Goal of the exercise: Starting at the first line of the data below, retype every line up to and including the one containing "v 41.345 -34.106 -2".

Dataset entries:
*** Begin section ***

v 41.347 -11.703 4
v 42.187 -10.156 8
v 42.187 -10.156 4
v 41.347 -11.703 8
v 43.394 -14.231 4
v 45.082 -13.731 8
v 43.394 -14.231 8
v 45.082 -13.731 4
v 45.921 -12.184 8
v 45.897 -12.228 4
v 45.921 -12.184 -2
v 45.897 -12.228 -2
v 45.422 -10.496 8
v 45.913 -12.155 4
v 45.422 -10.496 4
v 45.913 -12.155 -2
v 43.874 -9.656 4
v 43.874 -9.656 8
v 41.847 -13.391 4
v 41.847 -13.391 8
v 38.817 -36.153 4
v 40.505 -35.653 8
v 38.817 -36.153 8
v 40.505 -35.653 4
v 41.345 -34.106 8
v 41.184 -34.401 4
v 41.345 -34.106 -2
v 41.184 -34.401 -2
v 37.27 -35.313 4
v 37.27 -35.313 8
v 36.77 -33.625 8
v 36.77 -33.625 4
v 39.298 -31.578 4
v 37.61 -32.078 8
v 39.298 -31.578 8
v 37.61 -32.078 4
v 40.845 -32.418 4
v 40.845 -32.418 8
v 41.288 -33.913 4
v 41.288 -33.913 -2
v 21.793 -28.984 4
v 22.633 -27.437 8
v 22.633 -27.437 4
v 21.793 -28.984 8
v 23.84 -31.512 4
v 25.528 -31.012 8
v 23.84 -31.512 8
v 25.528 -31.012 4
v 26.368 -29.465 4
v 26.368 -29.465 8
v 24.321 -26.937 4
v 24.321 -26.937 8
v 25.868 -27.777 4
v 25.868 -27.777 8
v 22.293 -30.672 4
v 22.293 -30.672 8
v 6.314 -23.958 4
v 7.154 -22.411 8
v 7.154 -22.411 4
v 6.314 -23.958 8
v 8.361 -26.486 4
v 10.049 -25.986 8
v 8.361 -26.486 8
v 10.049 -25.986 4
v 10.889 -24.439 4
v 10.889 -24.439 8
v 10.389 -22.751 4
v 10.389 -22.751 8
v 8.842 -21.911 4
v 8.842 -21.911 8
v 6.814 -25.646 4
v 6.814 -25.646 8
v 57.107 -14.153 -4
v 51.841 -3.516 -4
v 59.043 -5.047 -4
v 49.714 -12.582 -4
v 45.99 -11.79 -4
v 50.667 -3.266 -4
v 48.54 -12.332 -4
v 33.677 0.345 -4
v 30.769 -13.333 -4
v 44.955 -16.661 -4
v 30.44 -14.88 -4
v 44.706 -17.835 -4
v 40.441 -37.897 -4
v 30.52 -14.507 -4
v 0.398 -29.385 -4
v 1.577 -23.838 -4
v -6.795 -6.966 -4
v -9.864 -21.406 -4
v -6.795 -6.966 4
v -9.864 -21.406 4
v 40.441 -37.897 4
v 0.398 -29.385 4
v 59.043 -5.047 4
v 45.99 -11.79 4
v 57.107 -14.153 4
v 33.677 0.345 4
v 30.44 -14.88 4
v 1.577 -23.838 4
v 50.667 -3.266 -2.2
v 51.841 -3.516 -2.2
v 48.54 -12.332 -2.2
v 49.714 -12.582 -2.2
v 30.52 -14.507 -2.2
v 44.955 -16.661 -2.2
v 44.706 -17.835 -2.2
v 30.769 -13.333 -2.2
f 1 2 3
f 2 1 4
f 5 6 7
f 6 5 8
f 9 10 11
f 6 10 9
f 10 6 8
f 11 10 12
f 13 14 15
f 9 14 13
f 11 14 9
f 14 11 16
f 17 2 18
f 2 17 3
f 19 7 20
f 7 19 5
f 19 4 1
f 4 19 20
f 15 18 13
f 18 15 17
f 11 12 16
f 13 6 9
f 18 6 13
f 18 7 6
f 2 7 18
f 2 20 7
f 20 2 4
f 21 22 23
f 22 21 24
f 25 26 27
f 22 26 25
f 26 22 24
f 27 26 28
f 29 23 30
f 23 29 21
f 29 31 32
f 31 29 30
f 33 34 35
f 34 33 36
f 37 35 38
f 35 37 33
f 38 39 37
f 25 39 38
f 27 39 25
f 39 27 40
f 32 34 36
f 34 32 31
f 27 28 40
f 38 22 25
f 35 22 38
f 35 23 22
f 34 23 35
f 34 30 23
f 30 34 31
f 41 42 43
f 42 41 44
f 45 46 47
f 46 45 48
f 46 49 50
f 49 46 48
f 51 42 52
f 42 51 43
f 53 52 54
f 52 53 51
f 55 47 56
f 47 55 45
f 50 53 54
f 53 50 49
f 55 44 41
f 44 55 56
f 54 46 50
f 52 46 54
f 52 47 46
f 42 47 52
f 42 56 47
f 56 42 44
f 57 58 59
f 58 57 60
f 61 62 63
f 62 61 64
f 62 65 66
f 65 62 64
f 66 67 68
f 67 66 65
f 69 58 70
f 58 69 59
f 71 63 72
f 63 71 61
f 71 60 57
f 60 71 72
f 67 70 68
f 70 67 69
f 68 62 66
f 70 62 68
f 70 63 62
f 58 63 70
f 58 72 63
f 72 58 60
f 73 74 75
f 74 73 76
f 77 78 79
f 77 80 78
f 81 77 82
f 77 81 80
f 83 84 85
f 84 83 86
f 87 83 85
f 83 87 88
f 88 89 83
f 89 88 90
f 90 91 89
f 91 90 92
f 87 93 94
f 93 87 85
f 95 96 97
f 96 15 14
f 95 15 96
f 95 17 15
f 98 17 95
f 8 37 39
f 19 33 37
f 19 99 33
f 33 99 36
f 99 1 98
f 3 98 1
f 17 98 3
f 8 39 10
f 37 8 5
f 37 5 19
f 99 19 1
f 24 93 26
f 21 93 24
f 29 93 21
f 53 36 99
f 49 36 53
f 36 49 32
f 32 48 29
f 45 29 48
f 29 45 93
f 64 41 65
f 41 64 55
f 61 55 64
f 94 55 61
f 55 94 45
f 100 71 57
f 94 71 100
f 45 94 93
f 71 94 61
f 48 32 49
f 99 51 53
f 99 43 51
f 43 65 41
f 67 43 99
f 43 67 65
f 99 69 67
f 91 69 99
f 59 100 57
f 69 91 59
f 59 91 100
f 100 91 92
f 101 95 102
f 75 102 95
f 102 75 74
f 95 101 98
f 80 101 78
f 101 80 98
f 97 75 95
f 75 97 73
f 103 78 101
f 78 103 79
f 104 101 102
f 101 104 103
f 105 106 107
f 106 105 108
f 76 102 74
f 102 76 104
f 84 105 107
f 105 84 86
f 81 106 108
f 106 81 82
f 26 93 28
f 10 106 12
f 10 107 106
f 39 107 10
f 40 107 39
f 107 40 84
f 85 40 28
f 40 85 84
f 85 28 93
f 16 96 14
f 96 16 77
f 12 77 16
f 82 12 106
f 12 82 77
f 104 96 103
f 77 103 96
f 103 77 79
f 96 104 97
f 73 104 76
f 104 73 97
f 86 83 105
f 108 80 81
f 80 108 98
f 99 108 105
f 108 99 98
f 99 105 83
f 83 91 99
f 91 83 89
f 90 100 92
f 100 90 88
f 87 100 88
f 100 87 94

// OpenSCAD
//
// Block to hold tubing and modulate liquid flow
// 

module rotary()
{
	module hole(r, h) {
		rotate([0,0,0])
			cylinder(r=r, h=h,center=true);
	}
	// MOUNTING POSTS
	module posts() {
	 translate([114.26,0,-3])
	   hole(hradius, thickplus);
 	 translate([112,22.28,-3])
 	   hole(hradius, thickplus);

//   translate([98.61, 0, -3])
//	   hole( hradius, thickplus);
   translate([96.62, 19.23, -3])
	   hole( hradius, thickplus);

   translate([80.7, 15.85, -3])
	   hole( hradius, thickplus);
   }

    translate([-70,0,0]) rotate([0,0,alpha/2]) posts();
	difference() {
	// BODY (to be subtracted from)
	 translate([long,width/3+4,0])
	  rotate([0,0,alpha])
	   cube([length,width,thick],center=true);

	// WIRE TROUGH
	 translate([long+25,1+width/3,thickplus/2-dia])
	   rotate([0,0,90+1.1*alpha])
            cube([2*length,dia, dia+2],center=true);

	 translate([long+4,1.3+width/3,thickplus/2-dia])
	   rotate([0,0,1.1*alpha])
            cube([2*length, dia, dia+2],center=true);

    // WIRE CUT-OUT
	 translate([long+width-10,width-7,0])
	  rotate([0,0,alpha])
	   cube([15,32,thickplus],center=true);

	// CORNER CUT-OUTS
// lower left
	 translate([long-width/2,0,0])
	  rotate([0,0,alpha])
	   cube([length-10,width/1.9,thickplus],center=true);
// upper right
//	 translate([long+18,width-2,0])
//	  rotate([0,0,alpha])
//	   cube([length/2,2+width/3,thickplus],center=true);

// Upper left
	 translate([medium-20,width-9,0])
	  rotate([0,0,alpha])
	   cube([length/3,2+width/4,thickplus],center=true);
}

	alpha  = 12; // Angle between radials in degrees

	length = 64; // mm   Main Block
	width  = 36; // mm
	thick = 8;  // 8mm

	thickplus = thick + 2;  // plus margin

	long   = 24; // mm  // Distances from center
	medium = 10; // mm
//	long   = 154; // mm  // Distances from center
//	medium = 133; // mm
	short  = 120; // mm

	hradius = 2.3;    // mounting hole radius mm
	dia     = 1.2;  // wire trough mm
	offset  = 5.6;  // distance from edge to mounting hole
}

rotate([180,0,0]) rotary();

*** End section ***

Answer space:
v 41.347 -11.703 4
v 42.187 -10.156 8
v 42.187 -10.156 4
v 41.347 -11.703 8
v 43.394 -14.231 4
v 45.082 -13.731 8
v 43.394 -14.231 8
v 45.082 -13.731 4
v 45.921 -12.184 8
v 45.897 -12.228 4
v 45.921 -12.184 -2
v 45.897 -12.228 -2
v 45.422 -10.496 8
v 45.913 -12.155 4
v 45.422 -10.496 4
v 45.913 -12.155 -2
v 43.874 -9.656 4
v 43.874 -9.656 8
v 41.847 -13.391 4
v 41.847 -13.391 8
v 38.817 -36.153 4
v 40.505 -35.653 8
v 38.817 -36.153 8
v 40.505 -35.653 4
v 41.345 -34.106 8
v 41.184 -34.401 4
v 41.345 -34.106 -2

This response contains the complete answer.